Optional add-on: private transportation with air conditioning is available with 24 hours notice. It’s listed at:
- $70 per group for 1–4 participants
- $100 per group for 4–6 participants
If you hate transit transfers, this is a simple upgrade. If you’re comfortable taking metro and meeting at La Estrella, you can save that money and keep the day straightforward.
Who this tour suits best (beginners through experts)

The tour explicitly works for beginners to experts, with no prior birdwatching experience required. That’s a big deal. Many birding trips start with gear skills and birding jargon and then wonder why you feel lost. Here, the guide’s job includes teaching you how to start and how to recognize birds in the field.
For beginners, you’ll get:
- a structured way to learn bird names via the app
- time to observe behavior and compare visual cues
- a pace that lets you absorb what you’re seeing
For more advanced birders, you’ll still benefit because:
- identification support uses sound and visual cues
- the guides use field tools (including digital aids) to help narrow IDs
- you’ll likely get opportunities to see species you wouldn’t find on your own quickly
Even older guests have described the guides as patient and able to adjust pace. That doesn’t remove the fact that the area is hilly, but it does mean you won’t feel rushed into a hard pace.
Practical travel notes before you go

- Wear rain-ready clothing: the reserve experience can include wet conditions.
- Keep expectations flexible: bird sightings depend on weather and activity, but the experience is designed to maximize chances in that six-hour window.
- Plan for a workout: uphill walking is part of the deal; the guides can go slower, but you should still dress for mountain terrain.
- Language support: guides operate in English and Spanish, which helps a lot if you want to ask questions instead of just stare at birds.
Should you book this birding day from Medellín?
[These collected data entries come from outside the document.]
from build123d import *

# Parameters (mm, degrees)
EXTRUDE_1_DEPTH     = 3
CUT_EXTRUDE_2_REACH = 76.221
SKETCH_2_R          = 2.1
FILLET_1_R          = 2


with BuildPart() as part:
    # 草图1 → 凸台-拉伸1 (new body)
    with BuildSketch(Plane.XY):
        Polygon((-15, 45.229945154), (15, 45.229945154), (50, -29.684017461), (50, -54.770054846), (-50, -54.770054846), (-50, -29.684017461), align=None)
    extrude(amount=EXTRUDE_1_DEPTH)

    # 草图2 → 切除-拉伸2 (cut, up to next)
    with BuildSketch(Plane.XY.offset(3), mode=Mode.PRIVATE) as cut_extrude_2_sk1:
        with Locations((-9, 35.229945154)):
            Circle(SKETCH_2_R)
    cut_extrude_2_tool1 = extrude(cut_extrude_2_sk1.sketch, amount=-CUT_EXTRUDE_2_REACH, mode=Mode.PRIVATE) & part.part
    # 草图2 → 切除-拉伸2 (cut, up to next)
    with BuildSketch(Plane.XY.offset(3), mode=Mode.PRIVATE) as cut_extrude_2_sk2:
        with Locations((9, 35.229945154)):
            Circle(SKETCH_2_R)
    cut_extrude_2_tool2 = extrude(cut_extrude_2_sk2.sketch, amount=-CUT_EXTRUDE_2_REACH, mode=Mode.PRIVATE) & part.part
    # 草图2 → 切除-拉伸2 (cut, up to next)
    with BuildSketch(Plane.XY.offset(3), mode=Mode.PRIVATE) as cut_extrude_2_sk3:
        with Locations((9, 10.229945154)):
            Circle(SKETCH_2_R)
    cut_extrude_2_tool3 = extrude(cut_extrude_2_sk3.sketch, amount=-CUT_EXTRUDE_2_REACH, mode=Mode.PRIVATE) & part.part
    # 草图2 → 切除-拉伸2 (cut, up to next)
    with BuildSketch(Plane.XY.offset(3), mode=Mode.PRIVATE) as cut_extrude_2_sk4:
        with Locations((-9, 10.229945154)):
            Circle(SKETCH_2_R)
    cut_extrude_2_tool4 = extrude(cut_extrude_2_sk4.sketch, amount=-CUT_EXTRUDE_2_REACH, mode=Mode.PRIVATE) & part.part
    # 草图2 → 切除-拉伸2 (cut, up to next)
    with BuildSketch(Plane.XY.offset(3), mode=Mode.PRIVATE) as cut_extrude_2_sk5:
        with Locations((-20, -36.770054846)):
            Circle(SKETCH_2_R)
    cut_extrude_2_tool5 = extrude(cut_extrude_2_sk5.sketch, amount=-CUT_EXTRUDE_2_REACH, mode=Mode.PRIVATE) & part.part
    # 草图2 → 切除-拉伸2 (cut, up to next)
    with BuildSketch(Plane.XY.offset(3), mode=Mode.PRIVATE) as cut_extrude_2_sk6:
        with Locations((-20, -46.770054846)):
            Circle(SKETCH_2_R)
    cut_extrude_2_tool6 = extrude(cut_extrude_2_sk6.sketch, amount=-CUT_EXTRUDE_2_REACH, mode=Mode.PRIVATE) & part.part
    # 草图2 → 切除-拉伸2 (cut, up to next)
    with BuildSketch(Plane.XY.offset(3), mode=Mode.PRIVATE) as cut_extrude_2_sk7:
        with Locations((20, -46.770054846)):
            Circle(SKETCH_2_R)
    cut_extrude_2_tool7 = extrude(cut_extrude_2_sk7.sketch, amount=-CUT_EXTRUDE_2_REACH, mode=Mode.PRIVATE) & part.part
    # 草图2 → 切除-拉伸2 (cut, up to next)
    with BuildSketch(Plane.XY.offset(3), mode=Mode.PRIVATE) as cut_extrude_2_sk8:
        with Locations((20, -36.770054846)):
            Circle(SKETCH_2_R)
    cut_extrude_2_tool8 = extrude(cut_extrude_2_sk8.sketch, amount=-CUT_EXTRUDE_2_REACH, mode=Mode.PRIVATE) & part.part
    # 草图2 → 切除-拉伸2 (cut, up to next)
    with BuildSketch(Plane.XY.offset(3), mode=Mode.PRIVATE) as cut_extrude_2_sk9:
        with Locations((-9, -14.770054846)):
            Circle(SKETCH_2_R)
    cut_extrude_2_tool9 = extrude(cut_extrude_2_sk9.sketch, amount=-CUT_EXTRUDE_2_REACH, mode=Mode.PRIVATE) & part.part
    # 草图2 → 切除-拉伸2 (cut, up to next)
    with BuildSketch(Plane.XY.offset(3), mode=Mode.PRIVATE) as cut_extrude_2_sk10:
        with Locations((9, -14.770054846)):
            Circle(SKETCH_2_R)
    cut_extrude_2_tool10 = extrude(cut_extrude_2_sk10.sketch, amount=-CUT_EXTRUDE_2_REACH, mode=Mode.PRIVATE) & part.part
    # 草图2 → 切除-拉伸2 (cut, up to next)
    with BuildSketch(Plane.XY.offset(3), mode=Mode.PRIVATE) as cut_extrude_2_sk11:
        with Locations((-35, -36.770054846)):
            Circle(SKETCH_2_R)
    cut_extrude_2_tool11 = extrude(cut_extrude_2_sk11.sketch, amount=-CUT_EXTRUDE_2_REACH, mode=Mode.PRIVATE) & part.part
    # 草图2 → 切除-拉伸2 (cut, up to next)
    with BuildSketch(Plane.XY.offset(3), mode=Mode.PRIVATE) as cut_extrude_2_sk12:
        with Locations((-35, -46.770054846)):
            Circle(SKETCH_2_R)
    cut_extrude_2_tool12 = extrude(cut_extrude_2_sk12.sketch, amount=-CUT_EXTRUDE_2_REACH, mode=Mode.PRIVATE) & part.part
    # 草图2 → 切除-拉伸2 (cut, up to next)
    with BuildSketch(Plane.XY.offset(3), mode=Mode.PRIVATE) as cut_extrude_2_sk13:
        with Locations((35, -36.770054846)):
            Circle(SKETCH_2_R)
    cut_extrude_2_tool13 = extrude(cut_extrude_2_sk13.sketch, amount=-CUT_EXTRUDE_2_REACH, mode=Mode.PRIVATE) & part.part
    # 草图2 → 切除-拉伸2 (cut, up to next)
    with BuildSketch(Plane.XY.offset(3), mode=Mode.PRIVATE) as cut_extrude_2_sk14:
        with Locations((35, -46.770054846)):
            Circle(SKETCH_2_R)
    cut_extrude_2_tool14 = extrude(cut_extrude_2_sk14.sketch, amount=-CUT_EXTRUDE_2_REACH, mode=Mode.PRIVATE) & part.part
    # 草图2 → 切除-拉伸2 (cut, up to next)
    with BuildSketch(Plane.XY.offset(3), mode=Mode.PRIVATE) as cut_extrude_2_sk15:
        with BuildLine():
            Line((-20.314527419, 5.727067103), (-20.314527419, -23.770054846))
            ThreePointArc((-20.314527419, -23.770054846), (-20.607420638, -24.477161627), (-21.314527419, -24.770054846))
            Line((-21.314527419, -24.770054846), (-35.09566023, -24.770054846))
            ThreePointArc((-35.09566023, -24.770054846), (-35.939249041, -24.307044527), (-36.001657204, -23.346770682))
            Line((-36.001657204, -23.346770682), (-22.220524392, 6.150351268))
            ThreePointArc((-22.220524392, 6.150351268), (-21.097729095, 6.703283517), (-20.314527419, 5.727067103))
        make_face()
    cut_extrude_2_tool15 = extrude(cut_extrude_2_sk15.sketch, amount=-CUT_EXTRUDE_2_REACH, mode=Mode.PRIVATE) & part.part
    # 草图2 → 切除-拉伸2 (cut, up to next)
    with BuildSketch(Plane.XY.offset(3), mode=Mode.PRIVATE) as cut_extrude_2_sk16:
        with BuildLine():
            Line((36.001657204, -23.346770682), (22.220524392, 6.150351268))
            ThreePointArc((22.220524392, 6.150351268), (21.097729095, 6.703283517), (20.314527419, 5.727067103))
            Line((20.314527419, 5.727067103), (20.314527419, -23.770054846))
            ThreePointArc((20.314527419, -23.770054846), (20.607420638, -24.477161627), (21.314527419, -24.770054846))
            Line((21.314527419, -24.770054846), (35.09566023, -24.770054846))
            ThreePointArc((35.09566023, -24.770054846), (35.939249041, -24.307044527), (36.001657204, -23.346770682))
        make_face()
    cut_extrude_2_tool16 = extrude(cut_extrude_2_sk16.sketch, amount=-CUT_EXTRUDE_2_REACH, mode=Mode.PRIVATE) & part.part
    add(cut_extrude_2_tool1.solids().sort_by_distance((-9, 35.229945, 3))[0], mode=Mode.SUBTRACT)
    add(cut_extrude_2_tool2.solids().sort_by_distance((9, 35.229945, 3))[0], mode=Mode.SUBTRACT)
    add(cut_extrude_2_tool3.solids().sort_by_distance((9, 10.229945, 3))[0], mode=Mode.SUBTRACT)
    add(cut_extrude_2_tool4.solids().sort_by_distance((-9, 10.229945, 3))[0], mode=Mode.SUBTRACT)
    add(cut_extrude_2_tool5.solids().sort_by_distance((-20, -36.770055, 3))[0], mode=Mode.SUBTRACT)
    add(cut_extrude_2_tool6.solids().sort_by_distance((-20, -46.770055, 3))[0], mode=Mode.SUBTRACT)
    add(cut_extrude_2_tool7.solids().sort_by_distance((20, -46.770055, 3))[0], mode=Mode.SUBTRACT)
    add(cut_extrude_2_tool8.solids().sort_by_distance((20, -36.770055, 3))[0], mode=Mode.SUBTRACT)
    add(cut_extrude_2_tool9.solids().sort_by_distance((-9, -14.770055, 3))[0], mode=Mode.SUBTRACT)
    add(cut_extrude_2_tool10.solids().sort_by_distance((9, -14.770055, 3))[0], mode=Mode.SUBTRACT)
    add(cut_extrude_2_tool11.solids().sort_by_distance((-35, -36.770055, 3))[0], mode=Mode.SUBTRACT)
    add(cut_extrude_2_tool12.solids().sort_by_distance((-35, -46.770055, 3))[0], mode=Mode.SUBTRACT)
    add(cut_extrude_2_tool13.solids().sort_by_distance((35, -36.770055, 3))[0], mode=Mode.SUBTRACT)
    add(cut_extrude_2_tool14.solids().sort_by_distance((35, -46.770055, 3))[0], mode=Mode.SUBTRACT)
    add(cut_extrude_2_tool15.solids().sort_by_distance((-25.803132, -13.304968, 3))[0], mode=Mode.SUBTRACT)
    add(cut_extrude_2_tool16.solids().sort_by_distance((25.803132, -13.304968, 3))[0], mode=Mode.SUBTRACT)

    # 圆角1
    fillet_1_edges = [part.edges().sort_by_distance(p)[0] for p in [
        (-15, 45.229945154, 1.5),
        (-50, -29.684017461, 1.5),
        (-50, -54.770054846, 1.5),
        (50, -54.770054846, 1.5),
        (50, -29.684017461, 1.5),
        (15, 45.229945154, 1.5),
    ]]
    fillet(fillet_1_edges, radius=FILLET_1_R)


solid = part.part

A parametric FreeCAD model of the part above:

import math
import FreeCAD as App
import Part
import Sketcher

V = App.Vector


def edges_at(feature, points):
    """Names of the edges that pass closest to the given points."""
    edges = feature.Shape.Edges
    near = lambda p: min(range(len(edges)), key=lambda i: edges[i].distToShape(Part.Vertex(*p))[0])
    return sorted({f"Edge{near(p) + 1}" for p in points})

doc = App.newDocument("Part")
body = doc.addObject("PartDesign::Body", "Body")

sketch1 = doc.addObject("Sketcher::SketchObject", "Sketch")
body.addObject(sketch1)
sketch1.AttachmentSupport = (doc.XY_Plane, [""])
sketch1.MapMode = "FlatFace"
sketch1.addGeometry([
    Part.LineSegment(V(15, 45.229945, 0), V(-15, 45.229945, 0)),
    Part.LineSegment(V(-15, 45.229945, 0), V(-50, -29.684017, 0)),
    Part.LineSegment(V(-50, -29.684017, 0), V(-50, -54.770055, 0)),
    Part.LineSegment(V(-50, -54.770055, 0), V(50, -54.770055, 0)),
    Part.LineSegment(V(50, -54.770055, 0), V(50, -29.684017, 0)),
    Part.LineSegment(V(50, -29.684017, 0), V(15, 45.229945, 0)),
], False)
sketch1.addConstraint([
    Sketcher.Constraint("Coincident", 0, 2, 1, 1),
    Sketcher.Constraint("Coincident", 1, 2, 2, 1),
    Sketcher.Constraint("Coincident", 2, 2, 3, 1),
    Sketcher.Constraint("Coincident", 3, 2, 4, 1),
    Sketcher.Constraint("Coincident", 4, 2, 5, 1),
    Sketcher.Constraint("Coincident", 5, 2, 0, 1),
    Sketcher.Constraint("Horizontal", 0),
    Sketcher.Constraint("Vertical", 2),
    Sketcher.Constraint("Horizontal", 3),
    Sketcher.Constraint("Vertical", 4),
    Sketcher.Constraint("Symmetric", 1, 2, 4, 2, -2),
    Sketcher.Constraint("Equal", 1, 5),
    Sketcher.Constraint("DistanceX", 0, 2, 0, 1, 30.0),
    Sketcher.Constraint("DistanceX", 3, 1, 3, 2, 100.0),
    Sketcher.Constraint("DistanceY", 2, 2, 0, 2, 100.0),
    Sketcher.Constraint("Distance", 1, 82.686769),
    Sketcher.Constraint("DistanceY", -1, 1, 0, 2, 45.229945),
])
pad1 = doc.addObject("PartDesign::Pad", "Pad")
body.addObject(pad1)
pad1.Profile = sketch1
pad1.Length = 3

sketch2 = doc.addObject("Sketcher::SketchObject", "Sketch001")
body.addObject(sketch2)
sketch2.AttachmentSupport = (doc.XY_Plane, [""])
sketch2.MapMode = "FlatFace"
sketch2.AttachmentOffset = App.Placement(V(0, 0, 3), App.Rotation())
sketch2.addGeometry(Part.Circle(V(-9, 35.229945, 0), V(0, 0, 1), 2.1), False)
sketch2.addConstraint([
    Sketcher.Constraint("Diameter", 0, 4.2),
    Sketcher.Constraint("DistanceX", 0, 3, -1, 1, 9.0),
    Sketcher.Constraint("DistanceY", -1, 1, 0, 3, 35.229945),
])
pocket1 = doc.addObject("PartDesign::Pocket", "Pocket")
body.addObject(pocket1)
pocket1.Profile = sketch2
pocket1.Type = "UpToFirst"

sketch3 = doc.addObject("Sketcher::SketchObject", "Sketch002")
body.addObject(sketch3)
sketch3.AttachmentSupport = (doc.XY_Plane, [""])
sketch3.MapMode = "FlatFace"
sketch3.AttachmentOffset = App.Placement(V(0, 0, 3), App.Rotation())
sketch3.addGeometry(Part.Circle(V(9, 35.229945, 0), V(0, 0, 1), 2.1), False)
sketch3.addConstraint([
    Sketcher.Constraint("Diameter", 0, 4.2),
    Sketcher.Constraint("DistanceX", -1, 1, 0, 3, 9.0),
    Sketcher.Constraint("DistanceY", -1, 1, 0, 3, 35.229945),
])
pocket2 = doc.addObject("PartDesign::Pocket", "Pocket001")
body.addObject(pocket2)
pocket2.Profile = sketch3
pocket2.Type = "UpToFirst"
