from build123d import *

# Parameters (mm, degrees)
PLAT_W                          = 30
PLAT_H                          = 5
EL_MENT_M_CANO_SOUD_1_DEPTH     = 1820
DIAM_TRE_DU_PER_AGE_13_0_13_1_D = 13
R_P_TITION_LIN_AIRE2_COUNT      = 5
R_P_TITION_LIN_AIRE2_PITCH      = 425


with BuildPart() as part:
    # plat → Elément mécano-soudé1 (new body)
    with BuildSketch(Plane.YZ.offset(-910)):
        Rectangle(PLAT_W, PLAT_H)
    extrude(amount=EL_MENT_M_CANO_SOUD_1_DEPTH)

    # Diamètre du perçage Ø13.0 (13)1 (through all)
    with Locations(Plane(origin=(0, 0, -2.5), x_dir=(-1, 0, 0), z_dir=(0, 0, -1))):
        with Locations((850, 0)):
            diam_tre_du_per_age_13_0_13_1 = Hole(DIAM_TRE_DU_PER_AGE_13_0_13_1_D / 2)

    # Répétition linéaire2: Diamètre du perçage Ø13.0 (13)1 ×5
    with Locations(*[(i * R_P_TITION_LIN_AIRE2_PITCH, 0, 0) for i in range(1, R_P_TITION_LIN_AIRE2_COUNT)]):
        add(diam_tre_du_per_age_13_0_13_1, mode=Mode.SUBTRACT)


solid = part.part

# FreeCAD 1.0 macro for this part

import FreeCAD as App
import Part
import Sketcher

V = App.Vector
Q = App.Units.Quantity

doc = App.newDocument("Part")
params = doc.addObject("Spreadsheet::Sheet", "Params")
for row, (alias, value) in enumerate([
    ("sketch1_width", "30 mm"),
    ("sketch1_height", "5 mm"),
    ("pad1_length", "1820 mm"),
    ("sketch2_diameter", "13 mm"),
    ("hole_diameter", "13 mm"),
    ("linearpattern_pitch", "425 mm"),
], start=1):
    params.set(f"A{row}", alias)
    params.set(f"B{row}", "=" + value)
    params.setAlias(f"B{row}", alias)

body = doc.addObject("PartDesign::Body", "Body")

# Sketch on YZ plane
sketch1 = body.newObject("Sketcher::SketchObject", "Sketch")
sketch1.AttachmentSupport = (doc.getObject("YZ_Plane"), [""])
sketch1.MapMode = "FlatFace"
sketch1.AttachmentOffset = App.Placement(V(0, 0, -910), App.Rotation())
sketch1.addGeometry([
    Part.LineSegment(V(-15, 2.5, 0), V(-15, -2.5, 0)),
    Part.LineSegment(V(-15, -2.5, 0), V(15, -2.5, 0)),
    Part.LineSegment(V(15, -2.5, 0), V(15, 2.5, 0)),
    Part.LineSegment(V(15, 2.5, 0), V(-15, 2.5, 0)),
], False)
sketch1.addConstraint([
    Sketcher.Constraint("Coincident", 0, 2, 1, 1),
    Sketcher.Constraint("Coincident", 1, 2, 2, 1),
    Sketcher.Constraint("Coincident", 2, 2, 3, 1),
    Sketcher.Constraint("Coincident", 3, 2, 0, 1),
    Sketcher.Constraint("Vertical", 0),
    Sketcher.Constraint("Horizontal", 1),
    Sketcher.Constraint("Vertical", 2),
    Sketcher.Constraint("Horizontal", 3),
    Sketcher.Constraint("Symmetric", 0, 2, 2, 2, -1, 1),
    Sketcher.Constraint("DistanceX", 1, 1, 1, 2, Q("30 mm")),
    Sketcher.Constraint("DistanceY", 0, 2, 0, 1, Q("5 mm")),
])
sketch1.setExpression("Constraints[9]", "Params.sketch1_width")
sketch1.setExpression("Constraints[10]", "Params.sketch1_height")
pad1 = body.newObject("PartDesign::Pad", "Pad")
pad1.Profile = sketch1
pad1.setExpression("Length", "Params.pad1_length")

# Sketch on XY plane
sketch2 = body.newObject("Sketcher::SketchObject", "Sketch001")
sketch2.AttachmentSupport = (doc.getObject("XY_Plane"), [""])
sketch2.MapMode = "FlatFace"
sketch2.AttachmentOffset = App.Placement(V(0, 0, -2.5), App.Rotation())
sketch2.addGeometry(Part.Circle(V(-850, 0, 0), V(0, 0, 1), 6.5), False)
sketch2.addConstraint([
    Sketcher.Constraint("PointOnObject", 0, 3, -1),
    Sketcher.Constraint("Diameter", 0, Q("13 mm")),
    Sketcher.Constraint("DistanceX", 0, 3, -1, 1, Q("850 mm")),
])
sketch2.setExpression("Constraints[1]", "Params.sketch2_diameter")
doc.recompute()
hole = body.newObject("PartDesign::Hole", "Hole")
hole.Profile = sketch2
hole.ThreadType = "None"
hole.setExpression("Diameter", "Params.hole_diameter")
hole.DepthType = "ThroughAll"
hole.Reversed = True
doc.recompute()

linearpattern = body.newObject("PartDesign::LinearPattern", "LinearPattern")
linearpattern.Originals = [hole]
linearpattern.Direction = (doc.getObject("X_Axis"), [""])
linearpattern.Mode = "offset"
linearpattern.setExpression("Offset", "Params.linearpattern_pitch")
linearpattern.Occurrences = 5
body.Tip = linearpattern

doc.recompute()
If you want a morning in the mountains with real expert guidance—and you like the idea of learning bird calls and IDs as you go—this is a strong pick. The combination of a private ornithologist-biologist guide, reserve entry, and an app that includes sound + images + descriptions is what makes it more than a casual walk.
I’d book it especially if:
- you’re new to birding and want to get started correctly
- you want to leave Medellín for true mountain nature without long, complicated logistics
- you’re traveling with someone who loves wildlife and you want a shared experience that feels genuinely different
Skip it if you don’t want any uphill walking at all, since the terrain around La Romera can be challenging.
If you’re ready to trade city noise for bird sounds and a guided learning day, this one is worth it.